FWIW, I think there are a lot of variables when it comes to alignment and rotation. Several vehicles back, I drove a Chevette (no alignment adjustments -- well except to pull and flip over a couple of components) and the tire wear was fine. My wife's Grand Am has not had an alignment but has the tires rotated once a year (maybe 6-7k miles) and they're wearing the same (flat across) but the fronts definitely wear faster. My '77 Corvette had a couple of 4-wheel alignments and the rear camber was set so negative (I think that's right -- closer at the top, right?) that the inside tread of the rear tires would wear prematurely. I rotated those just to keep one set from wearing out so quickly and like I say, they definitely didn't wear flat.
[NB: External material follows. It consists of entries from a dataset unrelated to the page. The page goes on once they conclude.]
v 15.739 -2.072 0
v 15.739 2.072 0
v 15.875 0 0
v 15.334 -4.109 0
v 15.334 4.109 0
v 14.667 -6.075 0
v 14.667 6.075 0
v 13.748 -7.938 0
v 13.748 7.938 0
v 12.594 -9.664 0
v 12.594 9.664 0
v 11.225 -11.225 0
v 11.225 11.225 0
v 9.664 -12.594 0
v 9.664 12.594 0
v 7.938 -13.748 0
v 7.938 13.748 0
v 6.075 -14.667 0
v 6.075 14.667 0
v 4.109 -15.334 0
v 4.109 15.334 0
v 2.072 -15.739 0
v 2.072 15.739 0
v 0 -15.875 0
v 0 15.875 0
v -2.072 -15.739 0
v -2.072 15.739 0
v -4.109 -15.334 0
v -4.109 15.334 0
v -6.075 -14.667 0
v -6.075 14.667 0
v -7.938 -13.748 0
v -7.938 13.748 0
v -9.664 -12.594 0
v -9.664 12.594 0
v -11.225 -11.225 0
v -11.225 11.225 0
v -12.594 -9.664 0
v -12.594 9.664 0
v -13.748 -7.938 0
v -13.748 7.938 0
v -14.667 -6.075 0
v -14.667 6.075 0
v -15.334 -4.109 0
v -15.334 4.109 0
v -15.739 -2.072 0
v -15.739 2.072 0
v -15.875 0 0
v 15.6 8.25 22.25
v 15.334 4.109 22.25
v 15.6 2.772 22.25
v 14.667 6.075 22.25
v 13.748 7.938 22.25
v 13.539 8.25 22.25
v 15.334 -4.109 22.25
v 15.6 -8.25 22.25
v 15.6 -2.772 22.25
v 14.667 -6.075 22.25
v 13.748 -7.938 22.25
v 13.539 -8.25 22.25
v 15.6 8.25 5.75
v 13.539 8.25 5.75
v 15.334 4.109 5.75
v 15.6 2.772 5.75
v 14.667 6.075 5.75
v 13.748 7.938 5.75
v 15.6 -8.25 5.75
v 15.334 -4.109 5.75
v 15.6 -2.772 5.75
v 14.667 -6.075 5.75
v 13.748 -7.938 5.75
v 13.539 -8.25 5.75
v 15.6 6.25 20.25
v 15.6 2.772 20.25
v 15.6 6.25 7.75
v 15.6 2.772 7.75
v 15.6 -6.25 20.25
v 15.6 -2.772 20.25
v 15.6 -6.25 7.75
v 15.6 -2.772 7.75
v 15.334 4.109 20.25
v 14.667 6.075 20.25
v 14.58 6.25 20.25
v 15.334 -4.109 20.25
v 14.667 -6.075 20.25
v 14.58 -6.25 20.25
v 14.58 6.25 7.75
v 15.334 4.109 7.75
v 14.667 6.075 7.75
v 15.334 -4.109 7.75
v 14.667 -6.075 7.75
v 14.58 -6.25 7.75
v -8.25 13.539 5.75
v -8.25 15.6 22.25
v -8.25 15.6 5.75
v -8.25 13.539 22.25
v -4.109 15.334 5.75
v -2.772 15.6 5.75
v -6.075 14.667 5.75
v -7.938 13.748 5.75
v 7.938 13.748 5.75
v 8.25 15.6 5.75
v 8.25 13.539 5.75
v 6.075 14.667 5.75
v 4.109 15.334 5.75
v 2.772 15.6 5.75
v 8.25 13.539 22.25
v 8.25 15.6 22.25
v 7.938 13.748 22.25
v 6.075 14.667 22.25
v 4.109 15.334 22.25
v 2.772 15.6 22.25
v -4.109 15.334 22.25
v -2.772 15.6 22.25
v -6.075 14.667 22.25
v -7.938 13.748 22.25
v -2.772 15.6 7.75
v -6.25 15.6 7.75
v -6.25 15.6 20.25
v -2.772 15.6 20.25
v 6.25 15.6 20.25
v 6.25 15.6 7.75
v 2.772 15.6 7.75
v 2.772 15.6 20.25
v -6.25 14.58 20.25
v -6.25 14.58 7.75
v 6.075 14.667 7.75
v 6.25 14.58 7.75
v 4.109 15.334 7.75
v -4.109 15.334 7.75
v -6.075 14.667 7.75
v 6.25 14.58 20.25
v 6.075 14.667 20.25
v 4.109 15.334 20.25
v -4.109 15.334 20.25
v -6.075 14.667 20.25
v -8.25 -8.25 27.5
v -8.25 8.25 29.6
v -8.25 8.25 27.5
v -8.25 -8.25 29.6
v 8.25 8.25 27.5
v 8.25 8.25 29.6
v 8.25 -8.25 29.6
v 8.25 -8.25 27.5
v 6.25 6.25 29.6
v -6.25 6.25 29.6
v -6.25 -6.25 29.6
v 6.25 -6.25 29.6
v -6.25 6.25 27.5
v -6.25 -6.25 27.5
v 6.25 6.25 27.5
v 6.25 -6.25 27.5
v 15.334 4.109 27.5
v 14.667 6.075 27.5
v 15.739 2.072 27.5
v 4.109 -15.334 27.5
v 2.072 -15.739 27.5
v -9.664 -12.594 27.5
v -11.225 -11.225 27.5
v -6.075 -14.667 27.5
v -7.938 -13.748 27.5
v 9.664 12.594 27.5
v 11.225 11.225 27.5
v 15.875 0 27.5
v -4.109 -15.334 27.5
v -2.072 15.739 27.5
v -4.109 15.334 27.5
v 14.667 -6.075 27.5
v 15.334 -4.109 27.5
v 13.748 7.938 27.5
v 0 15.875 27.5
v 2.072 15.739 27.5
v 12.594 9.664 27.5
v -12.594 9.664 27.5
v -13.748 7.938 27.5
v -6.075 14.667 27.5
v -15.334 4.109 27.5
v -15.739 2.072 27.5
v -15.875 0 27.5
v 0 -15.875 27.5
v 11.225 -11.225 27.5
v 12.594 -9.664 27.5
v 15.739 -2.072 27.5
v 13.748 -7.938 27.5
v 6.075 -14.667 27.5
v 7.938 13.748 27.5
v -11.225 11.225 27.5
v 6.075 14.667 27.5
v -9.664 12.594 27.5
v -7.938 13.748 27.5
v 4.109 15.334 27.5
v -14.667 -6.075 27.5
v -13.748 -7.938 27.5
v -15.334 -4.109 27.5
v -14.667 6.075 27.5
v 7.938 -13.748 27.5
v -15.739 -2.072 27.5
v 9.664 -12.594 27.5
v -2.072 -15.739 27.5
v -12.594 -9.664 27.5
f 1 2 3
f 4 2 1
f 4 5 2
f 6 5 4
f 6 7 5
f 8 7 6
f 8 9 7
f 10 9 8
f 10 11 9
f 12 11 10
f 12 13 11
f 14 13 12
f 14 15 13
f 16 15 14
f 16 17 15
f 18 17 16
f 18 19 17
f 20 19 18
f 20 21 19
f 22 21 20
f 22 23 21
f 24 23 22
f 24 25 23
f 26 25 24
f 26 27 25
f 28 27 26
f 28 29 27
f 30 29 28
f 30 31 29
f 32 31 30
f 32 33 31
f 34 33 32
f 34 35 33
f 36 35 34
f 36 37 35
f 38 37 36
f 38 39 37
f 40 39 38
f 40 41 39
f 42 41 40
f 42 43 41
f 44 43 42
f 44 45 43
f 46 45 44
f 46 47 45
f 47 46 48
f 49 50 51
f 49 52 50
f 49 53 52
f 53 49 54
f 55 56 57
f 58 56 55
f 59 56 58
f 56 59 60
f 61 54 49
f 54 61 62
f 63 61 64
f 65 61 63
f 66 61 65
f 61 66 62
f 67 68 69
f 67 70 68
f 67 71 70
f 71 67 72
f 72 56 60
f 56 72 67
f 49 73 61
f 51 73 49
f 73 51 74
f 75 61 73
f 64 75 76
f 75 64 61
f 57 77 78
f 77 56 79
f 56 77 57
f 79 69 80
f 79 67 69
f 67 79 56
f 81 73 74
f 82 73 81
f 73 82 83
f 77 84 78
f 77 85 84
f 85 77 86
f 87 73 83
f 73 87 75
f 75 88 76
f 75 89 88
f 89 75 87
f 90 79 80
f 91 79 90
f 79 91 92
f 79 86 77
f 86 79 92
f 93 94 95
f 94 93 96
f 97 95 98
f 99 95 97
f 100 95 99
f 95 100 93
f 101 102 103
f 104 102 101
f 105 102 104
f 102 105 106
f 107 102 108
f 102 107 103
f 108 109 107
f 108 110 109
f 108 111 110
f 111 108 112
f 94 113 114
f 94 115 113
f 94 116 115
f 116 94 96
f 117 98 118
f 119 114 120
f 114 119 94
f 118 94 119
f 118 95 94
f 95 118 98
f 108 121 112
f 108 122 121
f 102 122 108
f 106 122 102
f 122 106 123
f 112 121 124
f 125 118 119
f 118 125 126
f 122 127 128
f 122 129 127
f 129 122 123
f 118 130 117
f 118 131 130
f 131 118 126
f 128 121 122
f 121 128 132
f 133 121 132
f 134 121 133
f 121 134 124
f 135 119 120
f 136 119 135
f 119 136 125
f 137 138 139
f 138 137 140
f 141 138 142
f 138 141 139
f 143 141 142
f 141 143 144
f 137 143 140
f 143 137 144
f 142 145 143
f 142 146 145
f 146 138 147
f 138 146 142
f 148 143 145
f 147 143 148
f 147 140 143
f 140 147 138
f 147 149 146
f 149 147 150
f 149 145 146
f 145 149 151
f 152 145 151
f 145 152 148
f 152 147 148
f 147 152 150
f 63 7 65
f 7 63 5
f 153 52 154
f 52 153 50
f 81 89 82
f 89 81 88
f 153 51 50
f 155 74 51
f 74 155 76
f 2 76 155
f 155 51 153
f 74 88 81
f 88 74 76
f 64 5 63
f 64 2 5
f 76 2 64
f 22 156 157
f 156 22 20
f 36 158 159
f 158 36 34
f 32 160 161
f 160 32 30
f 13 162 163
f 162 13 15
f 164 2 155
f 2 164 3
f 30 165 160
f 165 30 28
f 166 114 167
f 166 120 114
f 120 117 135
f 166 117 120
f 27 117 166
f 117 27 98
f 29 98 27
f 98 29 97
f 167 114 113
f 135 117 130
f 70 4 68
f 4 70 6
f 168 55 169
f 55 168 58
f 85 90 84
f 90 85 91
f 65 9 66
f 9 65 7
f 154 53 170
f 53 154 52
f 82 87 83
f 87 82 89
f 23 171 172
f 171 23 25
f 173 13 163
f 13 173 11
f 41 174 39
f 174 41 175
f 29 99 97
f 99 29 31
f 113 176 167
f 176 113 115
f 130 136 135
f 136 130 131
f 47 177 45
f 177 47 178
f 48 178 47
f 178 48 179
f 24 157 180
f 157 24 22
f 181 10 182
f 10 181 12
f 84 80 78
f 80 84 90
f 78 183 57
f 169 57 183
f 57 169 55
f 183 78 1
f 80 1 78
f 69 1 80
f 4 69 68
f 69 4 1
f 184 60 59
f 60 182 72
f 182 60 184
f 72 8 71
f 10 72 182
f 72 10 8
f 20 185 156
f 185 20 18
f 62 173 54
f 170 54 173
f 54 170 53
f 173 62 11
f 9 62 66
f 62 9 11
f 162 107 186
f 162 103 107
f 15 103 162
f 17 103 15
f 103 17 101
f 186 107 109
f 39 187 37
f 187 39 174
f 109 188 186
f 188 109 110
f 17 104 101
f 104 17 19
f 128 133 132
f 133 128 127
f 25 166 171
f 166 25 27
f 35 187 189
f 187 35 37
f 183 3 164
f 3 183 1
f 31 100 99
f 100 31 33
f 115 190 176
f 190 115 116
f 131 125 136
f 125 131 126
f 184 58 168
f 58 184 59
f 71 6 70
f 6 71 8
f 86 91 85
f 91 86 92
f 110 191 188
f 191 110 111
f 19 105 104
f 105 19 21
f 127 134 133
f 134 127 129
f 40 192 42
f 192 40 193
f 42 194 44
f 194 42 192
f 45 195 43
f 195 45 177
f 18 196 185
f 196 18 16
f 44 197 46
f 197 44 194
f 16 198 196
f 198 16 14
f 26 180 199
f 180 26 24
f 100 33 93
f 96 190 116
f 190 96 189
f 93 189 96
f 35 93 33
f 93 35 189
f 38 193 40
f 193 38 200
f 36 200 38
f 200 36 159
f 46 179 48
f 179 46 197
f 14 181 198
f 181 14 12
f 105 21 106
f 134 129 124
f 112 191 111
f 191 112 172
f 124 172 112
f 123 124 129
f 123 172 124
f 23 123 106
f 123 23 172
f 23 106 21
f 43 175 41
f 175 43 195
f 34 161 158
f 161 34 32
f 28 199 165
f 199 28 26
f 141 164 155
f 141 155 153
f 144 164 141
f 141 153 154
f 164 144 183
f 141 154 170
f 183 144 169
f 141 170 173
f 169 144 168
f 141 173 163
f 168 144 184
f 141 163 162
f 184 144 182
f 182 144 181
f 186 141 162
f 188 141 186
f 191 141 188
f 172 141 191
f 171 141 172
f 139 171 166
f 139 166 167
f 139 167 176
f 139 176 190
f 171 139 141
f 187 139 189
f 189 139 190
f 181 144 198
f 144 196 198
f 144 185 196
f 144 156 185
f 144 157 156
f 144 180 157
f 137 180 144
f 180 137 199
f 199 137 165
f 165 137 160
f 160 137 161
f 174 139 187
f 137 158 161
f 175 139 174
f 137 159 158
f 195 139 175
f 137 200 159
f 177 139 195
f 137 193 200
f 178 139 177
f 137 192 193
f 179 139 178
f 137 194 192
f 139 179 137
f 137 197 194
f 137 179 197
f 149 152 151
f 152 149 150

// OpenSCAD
// concept_C.scad — CONCEPT C "COTS LCC-20 socket per face" (§F seed S3) — REJECTED
// -----------------------------------------------------------------------------
// Screening model: three commercial LCC-20 open-top burn-in/test sockets
// (generic Aries/Plastronics-class geometry: ~16.5 mm sq body, ~7 mm tall,
// requires a carrier PCB ~1.6 mm) mounted on the faces of a 14 mm cube.
// PURPOSE OF THIS MODEL: show the envelope violation quantitatively.
//   socket corner radius = cube/2 + PCB + socket height, out at the socket
//   body corners -> ~17.9 mm > 15.875 mm allowed  => DOES NOT FIT (3 faces).
// Independent kill criteria (see PACKAGING_3D_DESIGN.md §C-C):
//   - contacts are Au OVER NICKEL plated BeCu (ferromagnetic Ni) per Aries
//     materials spec -> disqualified next to a Hall plate
//   - socket plastics (glass-filled PPS/LCP) unrated for UHV outgassing
//   - rated -55..+150 C (burn-in), marginal for in-vessel bake
//   - needs a PCB (FR4/polyimide + ENIG = more Ni) to terminate to
// Render: openscad -o concept_C_iso.png --imgsize=1400,1050 --projection=p \
//         --camera=0,0,0,55,0,25,0 --viewall --autocenter concept_C.scad
// -----------------------------------------------------------------------------

SECTION = 0;

ENV_D = 31.75; ENV_H = 27.5; show_envelope = true;
LCC = 8.89; LCC_T = 1.65;

CUBE   = 14.0;      // even with a minimal cube...
SOCK   = 16.5;      // generic LCC-20 open-top socket body square [mm]
SOCK_H = 7.0;       // body height incl. latch lid (typ. class value)
PCB_T  = 1.6;       // socket must be soldered to a board
STAND_H= 5.0; BASE_T= 2.0; BASE_D = 18.0; EAR_Y = 12.5;
Z0 = STAND_H + BASE_T; ZC = Z0 + CUBE/2;

r_sock = sqrt(pow(CUBE/2+PCB_T+SOCK_H,2)+pow(SOCK/2,2));
echo(str("VIOLATION: side-socket corner radius = ", r_sock,
         " mm  > allowed ", ENV_D/2, " mm"));
echo(str("VIOLATION: socket body corner (radial faces) = ",
         sqrt(2)*SOCK/2 + 0, " mm half-diag on a ", CUBE, " cube"));
echo(str("stack height = ", Z0+CUBE+PCB_T+SOCK_H, " mm (limit ", ENV_H, ")"));

$fn = 48;
module envelope() { color([0.8,0.1,0.1,0.10]) cylinder(h=ENV_H, d=ENV_D); }

module socket_stack() {  // local: face at z=CUBE/2, +z out
  color([0.2,0.5,0.2]) translate([0,0,CUBE/2])                  // PCB
    linear_extrude(PCB_T) square(SOCK+1.5, center=true);
  color([0.15,0.15,0.18]) translate([0,0,CUBE/2+PCB_T]) {       // socket body
    linear_extrude(SOCK_H-2.2) square(SOCK, center=true);
    translate([0,0,SOCK_H-2.2]) linear_extrude(2.2) difference() {
      square(SOCK, center=true); square(SOCK-4, center=true); } // open-top lid
  }
  color([1,0.95,0.72]) translate([0,0,CUBE/2+PCB_T+2.0])        // LCC inside
    linear_extrude(LCC_T) square(LCC, center=true);
}

module on_px() { translate([0,0,ZC]) rotate([0, 90,0]) children(); }
module on_py() { translate([0,0,ZC]) rotate([-90,0,0]) children(); }
module on_pz() { translate([0,0,ZC]) children(); }

module body() color([0.93,0.92,0.86]) {
  translate([0,0,ZC]) cube(CUBE, center=true);
  translate([0,0,STAND_H]) cylinder(h=BASE_T, d=BASE_D);
  for (s=[1,-1]) translate([0,0,STAND_H]) linear_extrude(BASE_T) hull() {
    translate([0, s*EAR_Y]) circle(d=5); translate([0, s*7]) circle(d=5); }
}

module standoffs() color([0.55,0.58,0.62]) for (s=[1,-1])
  translate([0,s*EAR_Y,0]) cylinder(h=STAND_H, d=4.8, $fn=6);

module assembly() {
  standoffs(); body();
  on_px() socket_stack(); on_py() socket_stack(); on_pz() socket_stack();
}

difference() {
  union() { assembly(); if (show_envelope && SECTION==0) envelope(); }
  if (SECTION) translate([-50,-100,-10]) cube([100,100,60]);
}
Anyway, I think the best bet is to follow the tire/car manufacturer's recommendation, or just keep an eye on the tires and see if there is any unusual wear. If there is, have the suspension checked and if that checks out OK, rotate the tires to keep any one (or two) from wearing out prematurely.

Just my thoughts.


----------



## ChuckFrontier06 (Jul 25, 2006)

jerryp58 said:


> FWIW, I think there are a lot of variables when it comes to alignment and rotation. Several vehicles back, I drove a Chevette (no alignment adjustments -- well except to pull and flip over a couple of components) and the tire wear was fine. My wife's Grand Am has not had an alignment but has the tires rotated once a year (maybe 6-7k miles) and they're wearing the same (flat across) but the fronts definitely wear faster. My '77 Corvette had a couple of 4-wheel alignments and the rear camber was set so negative (I think that's right -- closer at the top, right?) that the inside tread of the rear tires would wear prematurely. I rotated those just to keep one set from wearing out so quickly and like I say, they definitely didn't wear flat.
> 
> Anyway, I think the best bet is to follow the tire/car manufacturer's recommendation, or just keep an eye on the tires and see if there is any unusual wear. If there is, have the suspension checked and if that checks out OK, rotate the tires to keep any one (or two) from wearing out prematurely.
> 
> Just my thoughts.



*Well stated JerryP.*


----------